A gearbox with a manual transmission is often more energy-efficient than one with an automatic transmission. Moreover, these cars typically have lower fuel consumption and higher emissions than their automatic counterparts. In addition, the driver does not have to worry about the brakes wearing out quickly. Another advantage of a manual transmission is its affordability. A manual transmission is often available at a lower cost than its automatic counterpart, and repairs and interventions are easier and less costly. And if you have a mechanical problem with the gearbox, you can control the fuel consumption of your vehicle with appropriate driving habits.
Application
While choosing a gearbox for a specific application, the customer should consider the load on the output shaft. High impact loads will wear out gear teeth and shaft bearings, requiring higher service factors. Other factors to consider are the size and style of the output shaft and the environment. Detailed information on these factors will help the customer choose the best gearbox. Several sizing programs are available to determine the most appropriate gearbox for a specific application.
The sizing of a gearbox depends on its input speed, torque, and the motor shaft diameter. The input speed must not exceed the required gearbox’s rating, as high speeds can cause premature seal wear. A low-backlash gearbox may be sufficient for a particular application. Using an output mechanism of the correct size may help increase the input speed. However, this is not recommended for all applications. To choose the right gearbox, check the manufacturer’s warranty and contact customer service representatives.
Different gearboxes have different strengths and weaknesses.

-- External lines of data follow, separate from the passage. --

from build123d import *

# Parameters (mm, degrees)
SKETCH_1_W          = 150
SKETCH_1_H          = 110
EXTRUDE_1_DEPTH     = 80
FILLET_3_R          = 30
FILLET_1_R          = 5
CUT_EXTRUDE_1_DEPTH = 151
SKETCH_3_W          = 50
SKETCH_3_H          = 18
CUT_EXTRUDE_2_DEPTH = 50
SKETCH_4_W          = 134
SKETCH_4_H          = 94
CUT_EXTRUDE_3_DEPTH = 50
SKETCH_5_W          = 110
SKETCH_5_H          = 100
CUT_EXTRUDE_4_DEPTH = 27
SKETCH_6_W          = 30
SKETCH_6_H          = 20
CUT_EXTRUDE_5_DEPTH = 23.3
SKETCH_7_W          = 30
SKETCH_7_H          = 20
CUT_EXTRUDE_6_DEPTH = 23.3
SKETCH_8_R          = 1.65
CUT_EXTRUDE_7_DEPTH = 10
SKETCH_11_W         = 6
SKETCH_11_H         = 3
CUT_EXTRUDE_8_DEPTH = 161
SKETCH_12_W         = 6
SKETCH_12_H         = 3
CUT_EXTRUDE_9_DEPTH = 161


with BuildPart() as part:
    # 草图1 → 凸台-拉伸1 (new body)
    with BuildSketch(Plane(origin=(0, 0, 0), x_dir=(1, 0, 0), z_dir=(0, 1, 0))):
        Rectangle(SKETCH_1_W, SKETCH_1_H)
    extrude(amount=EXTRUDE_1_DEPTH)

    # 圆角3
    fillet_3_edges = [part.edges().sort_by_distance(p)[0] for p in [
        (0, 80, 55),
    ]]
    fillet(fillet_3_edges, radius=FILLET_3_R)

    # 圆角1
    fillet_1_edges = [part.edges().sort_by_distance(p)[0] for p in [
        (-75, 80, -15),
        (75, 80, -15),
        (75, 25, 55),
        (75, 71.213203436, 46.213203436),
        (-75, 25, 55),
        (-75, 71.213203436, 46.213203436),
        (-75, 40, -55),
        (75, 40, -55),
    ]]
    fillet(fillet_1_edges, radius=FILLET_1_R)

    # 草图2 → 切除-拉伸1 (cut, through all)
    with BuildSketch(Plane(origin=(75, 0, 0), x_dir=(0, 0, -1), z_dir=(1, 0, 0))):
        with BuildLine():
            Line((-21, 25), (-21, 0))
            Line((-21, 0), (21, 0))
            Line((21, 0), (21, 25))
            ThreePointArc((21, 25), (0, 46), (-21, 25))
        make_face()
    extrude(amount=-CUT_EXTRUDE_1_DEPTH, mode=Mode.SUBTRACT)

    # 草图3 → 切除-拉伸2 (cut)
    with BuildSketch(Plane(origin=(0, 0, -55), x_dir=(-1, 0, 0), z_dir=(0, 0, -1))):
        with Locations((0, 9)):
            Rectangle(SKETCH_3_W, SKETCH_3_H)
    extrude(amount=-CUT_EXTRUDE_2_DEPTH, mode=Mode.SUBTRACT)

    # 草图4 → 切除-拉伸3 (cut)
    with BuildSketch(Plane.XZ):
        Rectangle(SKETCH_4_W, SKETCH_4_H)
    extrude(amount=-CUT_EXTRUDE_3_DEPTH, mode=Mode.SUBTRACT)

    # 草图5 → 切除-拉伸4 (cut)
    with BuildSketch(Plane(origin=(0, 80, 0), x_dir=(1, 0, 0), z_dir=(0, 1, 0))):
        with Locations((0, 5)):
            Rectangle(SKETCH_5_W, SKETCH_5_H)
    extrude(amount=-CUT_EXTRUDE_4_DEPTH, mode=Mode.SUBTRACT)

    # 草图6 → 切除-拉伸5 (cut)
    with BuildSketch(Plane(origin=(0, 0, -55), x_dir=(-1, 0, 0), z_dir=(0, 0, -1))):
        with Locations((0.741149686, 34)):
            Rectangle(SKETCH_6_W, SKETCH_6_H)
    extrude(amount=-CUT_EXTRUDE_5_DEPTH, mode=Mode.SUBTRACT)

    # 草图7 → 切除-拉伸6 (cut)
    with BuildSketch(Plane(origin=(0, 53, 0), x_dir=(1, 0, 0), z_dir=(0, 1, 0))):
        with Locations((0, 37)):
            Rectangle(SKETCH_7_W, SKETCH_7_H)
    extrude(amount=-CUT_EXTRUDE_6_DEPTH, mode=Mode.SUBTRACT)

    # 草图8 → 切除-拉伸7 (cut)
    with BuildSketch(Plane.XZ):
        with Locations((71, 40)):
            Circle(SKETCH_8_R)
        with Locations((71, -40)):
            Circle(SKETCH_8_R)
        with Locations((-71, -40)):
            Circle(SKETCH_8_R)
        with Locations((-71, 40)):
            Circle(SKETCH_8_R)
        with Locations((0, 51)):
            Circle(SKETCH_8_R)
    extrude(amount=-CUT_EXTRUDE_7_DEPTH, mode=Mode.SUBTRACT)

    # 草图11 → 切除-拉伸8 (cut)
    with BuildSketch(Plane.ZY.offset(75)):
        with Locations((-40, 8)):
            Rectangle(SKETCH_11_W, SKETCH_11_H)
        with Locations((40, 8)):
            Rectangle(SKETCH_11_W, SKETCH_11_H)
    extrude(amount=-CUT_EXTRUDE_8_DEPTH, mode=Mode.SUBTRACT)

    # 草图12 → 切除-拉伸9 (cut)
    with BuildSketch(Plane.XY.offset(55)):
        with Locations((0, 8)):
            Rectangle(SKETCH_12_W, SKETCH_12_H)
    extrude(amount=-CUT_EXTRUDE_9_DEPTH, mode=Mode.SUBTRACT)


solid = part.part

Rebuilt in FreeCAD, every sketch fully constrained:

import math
import FreeCAD as App
import Part
import Sketcher
from FreeCAD import Vector
Q = App.Units.Quantity


def edges_at(feature, points):
    """Names of the edges that pass closest to the given points."""
    edges = feature.Shape.Edges
    near = lambda p: min(range(len(edges)), key=lambda i: edges[i].distToShape(Part.Vertex(*p))[0])
    return sorted({f"Edge{near(p) + 1}" for p in points})


def add_polygon(sketch, points):
    """Adds a closed chain of lines whose ends are joined by coincident constraints."""
    first, n = sketch.GeometryCount, len(points)
    for a, b in zip(points, points[1:] + points[:1]):
        sketch.addGeometry(Part.LineSegment(App.Vector(*a, 0), App.Vector(*b, 0)), False)
    for i in range(n):
        sketch.addConstraint(Sketcher.Constraint("Coincident", first + i, 2, first + (i + 1) % n, 1))

doc = App.newDocument("Part")
body = doc.addObject("PartDesign::Body", "Body")

sketch1 = doc.addObject("Sketcher::SketchObject", "Sketch")
body.addObject(sketch1)
sketch1.AttachmentSupport = (doc.XZ_Plane, [""])
sketch1.MapMode = "FlatFace"
add_polygon(sketch1, [(-75, -55), (-75, 55), (75, 55), (75, -55)])
sketch1.addConstraint(Sketcher.Constraint("Vertical", 0))
sketch1.addConstraint(Sketcher.Constraint("Horizontal", 1))
sketch1.addConstraint(Sketcher.Constraint("Vertical", 2))
sketch1.addConstraint(Sketcher.Constraint("Horizontal", 3))
sketch1.addConstraint(Sketcher.Constraint("Symmetric", 0, 2, 2, 2, -1, 1))
sketch1.addConstraint(Sketcher.Constraint("DistanceX", 1, 1, 1, 2, Q("150 mm")))
sketch1.addConstraint(Sketcher.Constraint("DistanceY", 0, 1, 0, 2, Q("110 mm")))
pad1 = doc.addObject("PartDesign::Pad", "Pad")
body.addObject(pad1)
pad1.Profile = sketch1
pad1.Length = 80
pad1.Reversed = True
doc.recompute()

fillet = doc.addObject("PartDesign::Fillet", "Fillet")
body.addObject(fillet)
fillet.Base = (pad1, edges_at(pad1, [(0, 80, 55)]))
fillet.Radius = 30
doc.recompute()

fillet2 = doc.addObject("PartDesign::Fillet", "Fillet001")
body.addObject(fillet2)
fillet2.Base = (fillet, edges_at(fillet, [
    (-75, 80, -15),
    (75, 80, -15),
    (75, 25, 55),
    (75, 71.213, 46.213),
    (-75, 25, 55),
    (-75, 71.213, 46.213),
    (-75, 40, -55),
    (75, 40, -55),
]))
fillet2.Radius = 5

sketch2 = doc.addObject("Sketcher::SketchObject", "Sketch001")
body.addObject(sketch2)
sketch2.AttachmentSupport = (doc.YZ_Plane, [""])
sketch2.MapMode = "FlatFace"
sketch2.AttachmentOffset = App.Placement(Vector(0, 0, 75), App.Rotation())
sketch2.addGeometry(Part.LineSegment(Vector(25, 21, 0), Vector(0, 21, 0)), False)
sketch2.addGeometry(Part.LineSegment(Vector(0, 21, 0), Vector(0, -21, 0)), False)
sketch2.addGeometry(Part.LineSegment(Vector(0, -21, 0), Vector(25, -21, 0)), False)
sketch2.addGeometry(Part.ArcOfCircle(Part.Circle(Vector(25, 0, 0), Vector(0, 0, 1), 21), math.radians(-90), math.radians(90)), False)
sketch2.addConstraint(Sketcher.Constraint("Coincident", 0, 2, 1, 1))
sketch2.addConstraint(Sketcher.Constraint("Coincident", 1, 2, 2, 1))
sketch2.addConstraint(Sketcher.Constraint("Tangent", 2, 2, 3, 1))
sketch2.addConstraint(Sketcher.Constraint("Tangent", 3, 2, 0, 1))
sketch2.addConstraint(Sketcher.Constraint("Horizontal", 0))
sketch2.addConstraint(Sketcher.Constraint("Vertical", 1))
sketch2.addConstraint(Sketcher.Constraint("Horizontal", 2))
sketch2.addConstraint(Sketcher.Constraint("Symmetric", 0, 2, 1, 2, -1, 1))
sketch2.addConstraint(Sketcher.Constraint("Radius", 3, Q("21 mm")))
sketch2.addConstraint(Sketcher.Constraint("DistanceX", 0, 2, 0, 1, Q("25 mm")))
pocket1 = doc.addObject("PartDesign::Pocket", "Pocket")
body.addObject(pocket1)
pocket1.Profile = sketch2
pocket1.Type = "ThroughAll"

sketch3 = doc.addObject("Sketcher::SketchObject", "Sketch002")
body.addObject(sketch3)
sketch3.AttachmentSupport = (doc.XY_Plane, [""])
sketch3.MapMode = "FlatFace"
sketch3.AttachmentOffset = App.Placement(Vector(0, 0, -55), App.Rotation())
add_polygon(sketch3, [(25, 18), (25, 0), (-25, 0), (-25, 18)])
sketch3.addConstraint(Sketcher.Constraint("Vertical", 0))
sketch3.addConstraint(Sketcher.Constraint("Horizontal", 1))
sketch3.addConstraint(Sketcher.Constraint("Vertical", 2))
sketch3.addConstraint(Sketcher.Constraint("Horizontal", 3))
sketch3.addConstraint(Sketcher.Constraint("Symmetric", 0, 2, 1, 2, -1, 1))
sketch3.addConstraint(Sketcher.Constraint("DistanceX", 1, 2, 1, 1, Q("50 mm")))
sketch3.addConstraint(Sketcher.Constraint("DistanceY", 0, 2, 0, 1, Q("18 mm")))
pocket2 = doc.addObject("PartDesign::Pocket", "Pocket001")
body.addObject(pocket2)
pocket2.Profile = sketch3
pocket2.Length = 50
pocket2.Reversed = True

sketch4 = doc.addObject("Sketcher::SketchObject", "Sketch003")
body.addObject(sketch4)
sketch4.AttachmentSupport = (doc.XZ_Plane, [""])
sketch4.MapMode = "FlatFace"
add_polygon(sketch4, [(-67, 47), (-67, -47), (67, -47), (67, 47)])
sketch4.addConstraint(Sketcher.Constraint("Vertical", 0))
sketch4.addConstraint(Sketcher.Constraint("Horizontal", 1))
sketch4.addConstraint(Sketcher.Constraint("Vertical", 2))
sketch4.addConstraint(Sketcher.Constraint("Horizontal", 3))
sketch4.addConstraint(Sketcher.Constraint("Symmetric", 0, 2, 2, 2, -1, 1))
sketch4.addConstraint(Sketcher.Constraint("DistanceX", 1, 1, 1, 2, Q("134 mm")))
sketch4.addConstraint(Sketcher.Constraint("DistanceY", 0, 2, 0, 1, Q("94 mm")))
pocket3 = doc.addObject("PartDesign::Pocket", "Pocket002")
body.addObject(pocket3)
pocket3.Profile = sketch4
pocket3.Length = 50

sketch5 = doc.addObject("Sketcher::SketchObject", "Sketch004")
body.addObject(sketch5)
sketch5.AttachmentSupport = (doc.XZ_Plane, [""])
sketch5.MapMode = "FlatFace"
sketch5.AttachmentOffset = App.Placement(Vector(0, 0, -80), App.Rotation())
add_polygon(sketch5, [(-55, -55), (-55, 45), (55, 45), (55, -55)])
sketch5.addConstraint(Sketcher.Constraint("Vertical", 0))
sketch5.addConstraint(Sketcher.Constraint("Horizontal", 1))
sketch5.addConstraint(Sketcher.Constraint("Vertical", 2))
sketch5.addConstraint(Sketcher.Constraint("Horizontal", 3))
sketch5.addConstraint(Sketcher.Constraint("DistanceX", 1, 1, 1, 2, Q("110 mm")))
sketch5.addConstraint(Sketcher.Constraint("DistanceY", 0, 1, 0, 2, Q("100 mm")))
sketch5.addConstraint(Sketcher.Constraint("DistanceX", 0, 2, -1, 1, Q("55 mm")))
sketch5.addConstraint(Sketcher.Constraint("DistanceY", -1, 1, 0, 2, Q("45 mm")))
pocket4 = doc.addObject("PartDesign::Pocket", "Pocket003")
body.addObject(pocket4)
pocket4.Profile = sketch5
pocket4.Length = 27
pocket4.Reversed = True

A standard gearbox should be durable and flexible, but it must also be able to transfer torque efficiently. There are various types of gears, including open gearing, helical gears, and spur gears. Some of the types of gears can be used to power large industrial machines. For example, the most popular type of gearbox is the planetary drive gearbox. These are used in material handling equipment, conveyor systems, power plants, plastics, and mining. Gearboxes can be used for high-speed applications, such as conveyors, crushers, and moving monorail systems.
Service factors determine the life of a gearbox. Often, manufacturers recommend a service factor of 1.0. However, the actual value may be higher or lower than that. It is often useful to consider the service factor when choosing a gearbox for a particular application. A service factor of 1.4 means that the gearbox can handle 1.4 times the load required. For example, a 1,000-inch-pound gearbox would need a 1,400-inch-pound gearbox. Service factors can be adjusted to suit different applications and conditions.